[Start of Attachment]

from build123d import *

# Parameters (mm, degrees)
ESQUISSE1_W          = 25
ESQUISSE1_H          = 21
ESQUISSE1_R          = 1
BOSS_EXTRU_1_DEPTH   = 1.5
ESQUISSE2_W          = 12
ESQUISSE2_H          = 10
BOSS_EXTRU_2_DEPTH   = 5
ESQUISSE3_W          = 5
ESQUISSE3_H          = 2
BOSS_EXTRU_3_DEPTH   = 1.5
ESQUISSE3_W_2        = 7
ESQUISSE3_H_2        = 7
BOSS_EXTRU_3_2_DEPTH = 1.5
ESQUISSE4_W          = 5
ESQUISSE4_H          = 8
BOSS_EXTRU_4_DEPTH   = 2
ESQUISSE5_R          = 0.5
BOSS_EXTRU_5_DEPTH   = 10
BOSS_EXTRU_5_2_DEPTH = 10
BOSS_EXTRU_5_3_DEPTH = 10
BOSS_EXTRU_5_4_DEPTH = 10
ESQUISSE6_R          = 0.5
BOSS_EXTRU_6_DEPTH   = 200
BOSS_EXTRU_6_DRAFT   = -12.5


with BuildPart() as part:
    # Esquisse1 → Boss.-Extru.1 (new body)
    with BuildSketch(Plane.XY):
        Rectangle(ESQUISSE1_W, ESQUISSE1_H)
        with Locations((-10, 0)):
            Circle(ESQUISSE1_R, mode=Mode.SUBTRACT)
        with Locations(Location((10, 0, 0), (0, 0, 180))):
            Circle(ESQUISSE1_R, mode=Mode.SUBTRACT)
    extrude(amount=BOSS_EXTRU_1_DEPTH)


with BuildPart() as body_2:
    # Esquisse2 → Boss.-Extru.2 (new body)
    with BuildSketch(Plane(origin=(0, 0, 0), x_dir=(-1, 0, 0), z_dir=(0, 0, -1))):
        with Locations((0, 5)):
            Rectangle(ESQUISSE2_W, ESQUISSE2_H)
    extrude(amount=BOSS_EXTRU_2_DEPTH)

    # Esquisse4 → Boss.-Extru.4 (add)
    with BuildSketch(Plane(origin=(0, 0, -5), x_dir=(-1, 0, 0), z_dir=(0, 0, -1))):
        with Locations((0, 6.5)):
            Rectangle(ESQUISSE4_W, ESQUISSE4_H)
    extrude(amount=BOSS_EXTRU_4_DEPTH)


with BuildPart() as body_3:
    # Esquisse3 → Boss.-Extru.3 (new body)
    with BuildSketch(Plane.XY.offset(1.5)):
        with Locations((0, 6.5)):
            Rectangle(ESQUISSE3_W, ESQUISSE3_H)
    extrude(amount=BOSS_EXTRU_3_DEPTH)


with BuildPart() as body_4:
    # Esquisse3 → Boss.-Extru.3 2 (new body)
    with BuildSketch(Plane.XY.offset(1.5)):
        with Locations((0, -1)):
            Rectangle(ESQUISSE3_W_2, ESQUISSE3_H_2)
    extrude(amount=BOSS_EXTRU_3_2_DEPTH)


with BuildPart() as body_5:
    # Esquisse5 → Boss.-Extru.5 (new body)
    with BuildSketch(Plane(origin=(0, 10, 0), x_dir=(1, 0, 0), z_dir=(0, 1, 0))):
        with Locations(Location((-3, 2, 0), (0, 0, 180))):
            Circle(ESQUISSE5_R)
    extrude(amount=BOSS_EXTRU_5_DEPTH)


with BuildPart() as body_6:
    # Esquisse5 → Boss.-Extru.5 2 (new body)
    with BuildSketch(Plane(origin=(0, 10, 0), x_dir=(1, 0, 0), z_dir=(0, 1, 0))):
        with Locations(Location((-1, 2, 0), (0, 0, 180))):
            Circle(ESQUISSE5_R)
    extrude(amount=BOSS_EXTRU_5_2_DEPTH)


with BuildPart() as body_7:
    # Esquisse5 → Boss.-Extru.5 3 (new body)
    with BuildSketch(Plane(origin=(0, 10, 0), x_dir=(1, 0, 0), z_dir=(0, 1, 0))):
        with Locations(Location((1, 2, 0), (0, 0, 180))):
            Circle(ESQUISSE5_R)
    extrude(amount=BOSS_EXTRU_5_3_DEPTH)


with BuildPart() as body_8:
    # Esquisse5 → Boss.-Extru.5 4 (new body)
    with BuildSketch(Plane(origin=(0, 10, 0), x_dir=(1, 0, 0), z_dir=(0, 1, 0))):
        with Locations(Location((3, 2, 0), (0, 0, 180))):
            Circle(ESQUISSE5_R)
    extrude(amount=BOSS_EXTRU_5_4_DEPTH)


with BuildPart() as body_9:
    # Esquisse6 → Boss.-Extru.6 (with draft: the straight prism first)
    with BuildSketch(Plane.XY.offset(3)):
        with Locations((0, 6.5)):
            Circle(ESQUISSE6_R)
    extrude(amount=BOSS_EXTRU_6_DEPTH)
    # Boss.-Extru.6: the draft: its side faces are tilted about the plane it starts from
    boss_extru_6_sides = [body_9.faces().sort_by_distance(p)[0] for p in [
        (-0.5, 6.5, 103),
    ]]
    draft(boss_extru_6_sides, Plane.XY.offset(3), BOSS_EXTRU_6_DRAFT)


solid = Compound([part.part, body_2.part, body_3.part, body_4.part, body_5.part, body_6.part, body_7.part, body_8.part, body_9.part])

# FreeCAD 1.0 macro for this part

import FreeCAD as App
import Part
import Sketcher
Q = App.Units.Quantity


def faces_at(feature, points):
    """Names of the faces that lie closest to the given points."""
    faces = feature.Shape.Faces
    near = lambda p: min(range(len(faces)), key=lambda i: faces[i].distToShape(Part.Vertex(*p))[0])
    return sorted({f"Face{near(p) + 1}" for p in points})

doc = App.newDocument("Part")
body = doc.addObject("PartDesign::Body", "Body")

# Sketch on XY plane
sketch1 = doc.addObject("Sketcher::SketchObject", "Sketch")
body.addObject(sketch1)
sketch1.AttachmentSupport = (doc.XY_Plane, [""])
sketch1.MapMode = "FlatFace"
sketch1.addGeometry(Part.LineSegment(App.Vector(-12.5, 10.5, 0), App.Vector(-12.5, -10.5, 0)), False)
sketch1.addGeometry(Part.LineSegment(App.Vector(-12.5, -10.5, 0), App.Vector(12.5, -10.5, 0)), False)
sketch1.addGeometry(Part.LineSegment(App.Vector(12.5, -10.5, 0), App.Vector(12.5, 10.5, 0)), False)
sketch1.addGeometry(Part.LineSegment(App.Vector(12.5, 10.5, 0), App.Vector(-12.5, 10.5, 0)), False)
sketch1.addGeometry(Part.Circle(App.Vector(-10, 0, 0), App.Vector(0, 0, 1), 1), False)
sketch1.addGeometry(Part.Circle(App.Vector(10, 0, 0), App.Vector(0, 0, 1), 1), False)
sketch1.addConstraint(Sketcher.Constraint("Coincident", 0, 2, 1, 1))
sketch1.addConstraint(Sketcher.Constraint("Coincident", 1, 2, 2, 1))
sketch1.addConstraint(Sketcher.Constraint("Coincident", 2, 2, 3, 1))
sketch1.addConstraint(Sketcher.Constraint("Coincident", 3, 2, 0, 1))
sketch1.addConstraint(Sketcher.Constraint("Vertical", 0))
sketch1.addConstraint(Sketcher.Constraint("Horizontal", 1))
sketch1.addConstraint(Sketcher.Constraint("Vertical", 2))
sketch1.addConstraint(Sketcher.Constraint("Horizontal", 3))
sketch1.addConstraint(Sketcher.Constraint("Equal", 4, 5))
sketch1.addConstraint(Sketcher.Constraint("Symmetric", 4, 3, 5, 3, -1, 1))
sketch1.addConstraint(Sketcher.Constraint("Symmetric", 0, 2, 2, 2, -1, 1))
sketch1.addConstraint(Sketcher.Constraint("PointOnObject", 4, 3, -1))
sketch1.addConstraint(Sketcher.Constraint("Diameter", 4, Q("2 mm")))
sketch1.addConstraint(Sketcher.Constraint("DistanceX", 1, 1, 1, 2, Q("25 mm")))
sketch1.addConstraint(Sketcher.Constraint("DistanceY", 0, 2, 0, 1, Q("21 mm")))
sketch1.addConstraint(Sketcher.Constraint("DistanceX", 4, 3, -1, 1, Q("10 mm")))
pad1 = doc.addObject("PartDesign::Pad", "Pad")
body.addObject(pad1)
pad1.Profile = sketch1
pad1.Length = 1.5
body2 = doc.addObject("PartDesign::Body", "Body001")

# Sketch on XY plane
sketch2 = doc.addObject("Sketcher::SketchObject", "Sketch001")
body2.addObject(sketch2)
sketch2.AttachmentSupport = (doc.getObject("XY_Plane001"), [""])
sketch2.MapMode = "FlatFace"
sketch2.addGeometry(Part.LineSegment(App.Vector(6, 10, 0), App.Vector(6, 0, 0)), False)
sketch2.addGeometry(Part.LineSegment(App.Vector(6, 0, 0), App.Vector(-6, 0, 0)), False)
sketch2.addGeometry(Part.LineSegment(App.Vector(-6, 0, 0), App.Vector(-6, 10, 0)), False)
sketch2.addGeometry(Part.LineSegment(App.Vector(-6, 10, 0), App.Vector(6, 10, 0)), False)
sketch2.addConstraint(Sketcher.Constraint("Coincident", 0, 2, 1, 1))
sketch2.addConstraint(Sketcher.Constraint("Coincident", 1, 2, 2, 1))
sketch2.addConstraint(Sketcher.Constraint("Coincident", 2, 2, 3, 1))
sketch2.addConstraint(Sketcher.Constraint("Coincident", 3, 2, 0, 1))
sketch2.addConstraint(Sketcher.Constraint("Vertical", 0))
sketch2.addConstraint(Sketcher.Constraint("Horizontal", 1))
sketch2.addConstraint(Sketcher.Constraint("Vertical", 2))
sketch2.addConstraint(Sketcher.Constraint("Horizontal", 3))
sketch2.addConstraint(Sketcher.Constraint("Symmetric", 0, 2, 1, 2, -1, 1))
sketch2.addConstraint(Sketcher.Constraint("DistanceX", 1, 2, 1, 1, Q("12 mm")))
sketch2.addConstraint(Sketcher.Constraint("DistanceY", 0, 2, 0, 1, Q("10 mm")))
pad2 = doc.addObject("PartDesign::Pad", "Pad001")
body2.addObject(pad2)
pad2.Profile = sketch2
pad2.Length = 5
pad2.Reversed = True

[End of Attachment]

▸ Exercise requirements
Using the data above, return each line that includes the word "extrude".

▸ Solution for this exercise
    extrude(amount=BOSS_EXTRU_1_DEPTH)
    extrude(amount=BOSS_EXTRU_2_DEPTH)
    extrude(amount=BOSS_EXTRU_4_DEPTH)
    extrude(amount=BOSS_EXTRU_3_DEPTH)
    extrude(amount=BOSS_EXTRU_3_2_DEPTH)
    extrude(amount=BOSS_EXTRU_5_DEPTH)
    extrude(amount=BOSS_EXTRU_5_2_DEPTH)
    extrude(amount=BOSS_EXTRU_5_3_DEPTH)
    extrude(amount=BOSS_EXTRU_5_4_DEPTH)
    extrude(amount=BOSS_EXTRU_6_DEPTH)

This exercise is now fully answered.